Entries taken from a collection
------------------------

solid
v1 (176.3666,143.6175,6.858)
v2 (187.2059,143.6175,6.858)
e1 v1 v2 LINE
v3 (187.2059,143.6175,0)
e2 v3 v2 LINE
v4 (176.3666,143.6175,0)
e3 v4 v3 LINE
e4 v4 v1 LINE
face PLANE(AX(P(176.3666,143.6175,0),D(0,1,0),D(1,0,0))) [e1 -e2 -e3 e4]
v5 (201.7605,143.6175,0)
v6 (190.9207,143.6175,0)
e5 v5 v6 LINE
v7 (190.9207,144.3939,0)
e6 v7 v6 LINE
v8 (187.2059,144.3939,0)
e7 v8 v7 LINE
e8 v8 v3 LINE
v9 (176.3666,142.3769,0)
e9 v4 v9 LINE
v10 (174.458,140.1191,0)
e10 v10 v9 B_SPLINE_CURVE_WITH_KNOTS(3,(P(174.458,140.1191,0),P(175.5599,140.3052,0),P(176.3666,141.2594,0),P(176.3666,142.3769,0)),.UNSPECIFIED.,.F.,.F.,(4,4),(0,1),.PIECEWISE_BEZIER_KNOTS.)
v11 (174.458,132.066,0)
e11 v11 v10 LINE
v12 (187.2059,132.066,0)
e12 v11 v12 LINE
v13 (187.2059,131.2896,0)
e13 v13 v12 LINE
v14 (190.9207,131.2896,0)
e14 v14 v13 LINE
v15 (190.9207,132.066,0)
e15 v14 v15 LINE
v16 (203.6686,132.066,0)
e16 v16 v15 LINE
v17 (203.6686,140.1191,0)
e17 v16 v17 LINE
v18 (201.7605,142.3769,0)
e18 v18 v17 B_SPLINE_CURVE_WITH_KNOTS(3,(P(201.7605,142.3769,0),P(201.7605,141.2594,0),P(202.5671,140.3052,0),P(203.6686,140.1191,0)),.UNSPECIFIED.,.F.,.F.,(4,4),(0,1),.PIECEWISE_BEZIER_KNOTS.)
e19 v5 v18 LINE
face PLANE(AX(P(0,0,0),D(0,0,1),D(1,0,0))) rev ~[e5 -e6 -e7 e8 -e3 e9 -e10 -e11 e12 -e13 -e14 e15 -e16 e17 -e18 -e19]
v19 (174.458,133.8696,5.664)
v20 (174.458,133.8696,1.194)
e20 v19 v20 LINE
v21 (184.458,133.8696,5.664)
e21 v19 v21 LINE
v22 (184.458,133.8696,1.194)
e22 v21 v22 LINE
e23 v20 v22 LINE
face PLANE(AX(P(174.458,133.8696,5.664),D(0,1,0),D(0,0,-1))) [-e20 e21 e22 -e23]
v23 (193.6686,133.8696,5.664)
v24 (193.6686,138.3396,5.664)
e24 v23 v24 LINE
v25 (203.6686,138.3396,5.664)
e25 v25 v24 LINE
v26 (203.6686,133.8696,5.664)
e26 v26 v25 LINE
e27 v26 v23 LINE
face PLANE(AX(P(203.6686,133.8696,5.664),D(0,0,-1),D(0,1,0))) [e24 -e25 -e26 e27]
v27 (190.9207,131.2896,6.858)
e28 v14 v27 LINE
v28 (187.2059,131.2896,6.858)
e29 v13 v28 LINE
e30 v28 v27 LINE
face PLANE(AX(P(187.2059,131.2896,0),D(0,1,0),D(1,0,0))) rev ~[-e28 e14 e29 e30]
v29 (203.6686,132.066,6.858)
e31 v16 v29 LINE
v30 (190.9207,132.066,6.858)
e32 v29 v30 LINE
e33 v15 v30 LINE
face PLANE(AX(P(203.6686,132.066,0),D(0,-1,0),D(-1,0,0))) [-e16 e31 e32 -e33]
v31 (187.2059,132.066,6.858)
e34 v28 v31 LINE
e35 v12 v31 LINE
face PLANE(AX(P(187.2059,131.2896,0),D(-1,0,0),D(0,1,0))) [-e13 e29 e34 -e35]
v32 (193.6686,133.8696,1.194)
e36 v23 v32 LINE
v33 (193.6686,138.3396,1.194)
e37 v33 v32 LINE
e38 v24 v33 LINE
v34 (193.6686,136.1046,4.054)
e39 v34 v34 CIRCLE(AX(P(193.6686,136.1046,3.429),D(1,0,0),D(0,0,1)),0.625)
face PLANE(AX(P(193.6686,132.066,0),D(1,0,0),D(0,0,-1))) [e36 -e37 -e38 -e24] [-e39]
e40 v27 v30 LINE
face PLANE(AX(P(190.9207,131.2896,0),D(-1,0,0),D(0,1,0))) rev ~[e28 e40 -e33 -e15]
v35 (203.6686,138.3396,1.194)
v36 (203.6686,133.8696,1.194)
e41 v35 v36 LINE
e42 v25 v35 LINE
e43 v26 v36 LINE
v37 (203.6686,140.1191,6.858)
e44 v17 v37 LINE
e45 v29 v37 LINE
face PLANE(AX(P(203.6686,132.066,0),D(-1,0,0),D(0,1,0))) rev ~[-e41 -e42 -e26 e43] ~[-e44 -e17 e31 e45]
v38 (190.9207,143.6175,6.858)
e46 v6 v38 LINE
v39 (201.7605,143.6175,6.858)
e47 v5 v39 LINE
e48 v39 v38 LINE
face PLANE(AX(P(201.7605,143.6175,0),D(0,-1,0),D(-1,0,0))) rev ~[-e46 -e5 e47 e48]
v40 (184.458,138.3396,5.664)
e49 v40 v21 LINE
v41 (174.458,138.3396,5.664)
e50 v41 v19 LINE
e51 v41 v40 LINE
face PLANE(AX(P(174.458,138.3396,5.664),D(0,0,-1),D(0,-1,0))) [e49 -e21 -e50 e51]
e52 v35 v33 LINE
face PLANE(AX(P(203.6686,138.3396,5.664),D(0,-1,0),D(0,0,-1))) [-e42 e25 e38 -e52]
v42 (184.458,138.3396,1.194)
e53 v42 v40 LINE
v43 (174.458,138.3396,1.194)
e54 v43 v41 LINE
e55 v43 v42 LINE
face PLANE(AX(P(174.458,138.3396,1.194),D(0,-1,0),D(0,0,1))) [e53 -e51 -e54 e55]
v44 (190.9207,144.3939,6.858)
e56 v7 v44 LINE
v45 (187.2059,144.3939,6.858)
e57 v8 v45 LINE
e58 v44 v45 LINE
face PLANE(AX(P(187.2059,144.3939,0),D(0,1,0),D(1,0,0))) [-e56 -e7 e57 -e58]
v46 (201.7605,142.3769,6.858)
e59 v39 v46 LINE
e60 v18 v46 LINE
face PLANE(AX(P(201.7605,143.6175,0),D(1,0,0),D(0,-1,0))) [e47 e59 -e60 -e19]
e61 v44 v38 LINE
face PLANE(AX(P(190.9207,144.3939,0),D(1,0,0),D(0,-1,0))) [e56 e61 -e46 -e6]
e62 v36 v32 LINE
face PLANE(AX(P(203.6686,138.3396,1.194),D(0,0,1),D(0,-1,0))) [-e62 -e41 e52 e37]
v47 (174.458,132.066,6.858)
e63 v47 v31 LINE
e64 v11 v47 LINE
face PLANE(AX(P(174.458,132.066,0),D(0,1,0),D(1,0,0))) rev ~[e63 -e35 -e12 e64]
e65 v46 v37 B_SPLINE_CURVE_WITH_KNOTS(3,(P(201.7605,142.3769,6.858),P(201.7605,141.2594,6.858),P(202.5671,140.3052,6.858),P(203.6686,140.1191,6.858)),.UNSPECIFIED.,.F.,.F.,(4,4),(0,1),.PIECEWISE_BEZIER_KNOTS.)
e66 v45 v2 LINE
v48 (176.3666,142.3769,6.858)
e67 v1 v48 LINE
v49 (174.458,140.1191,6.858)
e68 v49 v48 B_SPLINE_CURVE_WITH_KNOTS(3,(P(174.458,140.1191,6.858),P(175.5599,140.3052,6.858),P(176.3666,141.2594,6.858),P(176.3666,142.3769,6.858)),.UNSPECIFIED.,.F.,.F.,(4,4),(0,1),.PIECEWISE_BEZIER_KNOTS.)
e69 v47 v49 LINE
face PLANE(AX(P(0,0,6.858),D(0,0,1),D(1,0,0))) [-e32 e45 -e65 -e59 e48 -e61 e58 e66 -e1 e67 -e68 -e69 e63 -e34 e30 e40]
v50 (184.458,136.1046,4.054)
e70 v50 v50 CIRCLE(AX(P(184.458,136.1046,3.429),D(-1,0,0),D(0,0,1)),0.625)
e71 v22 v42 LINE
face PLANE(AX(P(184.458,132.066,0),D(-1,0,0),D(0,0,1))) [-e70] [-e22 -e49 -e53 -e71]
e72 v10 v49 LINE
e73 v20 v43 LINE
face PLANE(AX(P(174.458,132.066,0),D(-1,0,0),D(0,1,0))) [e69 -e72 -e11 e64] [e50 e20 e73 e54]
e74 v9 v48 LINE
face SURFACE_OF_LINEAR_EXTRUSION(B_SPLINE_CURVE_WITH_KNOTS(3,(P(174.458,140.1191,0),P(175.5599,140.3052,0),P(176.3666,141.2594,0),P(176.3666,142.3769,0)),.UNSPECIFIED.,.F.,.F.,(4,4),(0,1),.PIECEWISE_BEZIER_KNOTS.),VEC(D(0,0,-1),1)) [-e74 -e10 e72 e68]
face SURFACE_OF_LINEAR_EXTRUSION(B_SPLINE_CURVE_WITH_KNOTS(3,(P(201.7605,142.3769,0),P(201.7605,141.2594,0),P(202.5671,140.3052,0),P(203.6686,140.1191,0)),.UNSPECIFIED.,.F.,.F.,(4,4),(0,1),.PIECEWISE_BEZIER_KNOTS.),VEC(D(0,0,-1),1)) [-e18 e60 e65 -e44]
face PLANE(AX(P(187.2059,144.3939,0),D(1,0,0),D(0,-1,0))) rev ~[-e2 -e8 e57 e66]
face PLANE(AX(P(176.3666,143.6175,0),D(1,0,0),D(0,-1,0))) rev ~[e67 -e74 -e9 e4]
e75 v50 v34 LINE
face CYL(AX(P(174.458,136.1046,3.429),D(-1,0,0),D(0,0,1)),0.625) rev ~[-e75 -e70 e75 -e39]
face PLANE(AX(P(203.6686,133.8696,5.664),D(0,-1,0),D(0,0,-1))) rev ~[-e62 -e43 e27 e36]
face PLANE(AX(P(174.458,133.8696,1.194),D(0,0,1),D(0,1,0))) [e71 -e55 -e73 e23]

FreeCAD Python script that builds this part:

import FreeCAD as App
import Part
import Sketcher
from FreeCAD import Vector
Q = App.Units.Quantity


def add_polygon(sketch, points):
    """Adds a closed chain of lines whose ends are joined by coincident constraints."""
    first, n = sketch.GeometryCount, len(points)
    for a, b in zip(points, points[1:] + points[:1]):
        sketch.addGeometry(Part.LineSegment(App.Vector(*a, 0), App.Vector(*b, 0)), False)
    for i in range(n):
        sketch.addConstraint(Sketcher.Constraint("Coincident", first + i, 2, first + (i + 1) % n, 1))

doc = App.newDocument("Part")
body = doc.addObject("PartDesign::Body", "Body")

# Sketch on XY plane
sketch1 = body.newObject("Sketcher::SketchObject", "Sketch")
sketch1.AttachmentSupport = (doc.getObject("XY_Plane"), [""])
sketch1.MapMode = "FlatFace"
sketch1.addGeometry([
    Part.BSplineCurve([Vector(174.458, 140.1191, 0), Vector(175.5599, 140.3052, 0), Vector(176.3666, 141.2594, 0), Vector(176.3666, 142.3769, 0)], [4, 4], [0, 1], False, 3, [1, 1, 1, 1], False),  # 0
    Part.LineSegment(Vector(174.458, 140.1191, 0), Vector(174.458, 132.066, 0)),  # 1
    Part.LineSegment(Vector(174.458, 132.066, 0), Vector(187.2059, 132.066, 0)),  # 2
    Part.LineSegment(Vector(187.2059, 132.066, 0), Vector(187.2059, 131.2896, 0)),  # 3
    Part.LineSegment(Vector(187.2059, 131.2896, 0), Vector(190.9207, 131.2896, 0)),  # 4
    Part.LineSegment(Vector(190.9207, 131.2896, 0), Vector(190.9207, 132.066, 0)),  # 5
    Part.LineSegment(Vector(190.9207, 132.066, 0), Vector(203.6686, 132.066, 0)),  # 6
    Part.LineSegment(Vector(203.6686, 132.066, 0), Vector(203.6686, 140.1191, 0)),  # 7
    Part.BSplineCurve([Vector(201.7605, 142.3769, 0), Vector(201.7605, 141.2594, 0), Vector(202.5671, 140.3052, 0), Vector(203.6686, 140.1191, 0)], [4, 4], [0, 1], False, 3, [1, 1, 1, 1], False),  # 8
    Part.LineSegment(Vector(201.7605, 142.3769, 0), Vector(201.7605, 143.6175, 0)),  # 9
    Part.LineSegment(Vector(201.7605, 143.6175, 0), Vector(190.9207, 143.6175, 0)),  # 10
    Part.LineSegment(Vector(190.9207, 143.6175, 0), Vector(190.9207, 144.3939, 0)),  # 11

------------------------

§ TASK STATEMENT
From the records above, print only the lines between the one holding "v46 (201.7605,142.3769,6.858)" and the one holding "e73 v20 v43 LINE", inclusive, exactly as they stand.

§ EXERCISE ANSWER
v46 (201.7605,142.3769,6.858)
e59 v39 v46 LINE
e60 v18 v46 LINE
face PLANE(AX(P(201.7605,143.6175,0),D(1,0,0),D(0,-1,0))) [e47 e59 -e60 -e19]
e61 v44 v38 LINE
face PLANE(AX(P(190.9207,144.3939,0),D(1,0,0),D(0,-1,0))) [e56 e61 -e46 -e6]
e62 v36 v32 LINE
face PLANE(AX(P(203.6686,138.3396,1.194),D(0,0,1),D(0,-1,0))) [-e62 -e41 e52 e37]
v47 (174.458,132.066,6.858)
e63 v47 v31 LINE
e64 v11 v47 LINE
face PLANE(AX(P(174.458,132.066,0),D(0,1,0),D(1,0,0))) rev ~[e63 -e35 -e12 e64]
e65 v46 v37 B_SPLINE_CURVE_WITH_KNOTS(3,(P(201.7605,142.3769,6.858),P(201.7605,141.2594,6.858),P(202.5671,140.3052,6.858),P(203.6686,140.1191,6.858)),.UNSPECIFIED.,.F.,.F.,(4,4),(0,1),.PIECEWISE_BEZIER_KNOTS.)
e66 v45 v2 LINE
v48 (176.3666,142.3769,6.858)
e67 v1 v48 LINE
v49 (174.458,140.1191,6.858)
e68 v49 v48 B_SPLINE_CURVE_WITH_KNOTS(3,(P(174.458,140.1191,6.858),P(175.5599,140.3052,6.858),P(176.3666,141.2594,6.858),P(176.3666,142.3769,6.858)),.UNSPECIFIED.,.F.,.F.,(4,4),(0,1),.PIECEWISE_BEZIER_KNOTS.)
e69 v47 v49 LINE
face PLANE(AX(P(0,0,6.858),D(0,0,1),D(1,0,0))) [-e32 e45 -e65 -e59 e48 -e61 e58 e66 -e1 e67 -e68 -e69 e63 -e34 e30 e40]
v50 (184.458,136.1046,4.054)
e70 v50 v50 CIRCLE(AX(P(184.458,136.1046,3.429),D(-1,0,0),D(0,0,1)),0.625)
e71 v22 v42 LINE
face PLANE(AX(P(184.458,132.066,0),D(-1,0,0),D(0,0,1))) [-e70] [-e22 -e49 -e53 -e71]
e72 v10 v49 LINE
e73 v20 v43 LINE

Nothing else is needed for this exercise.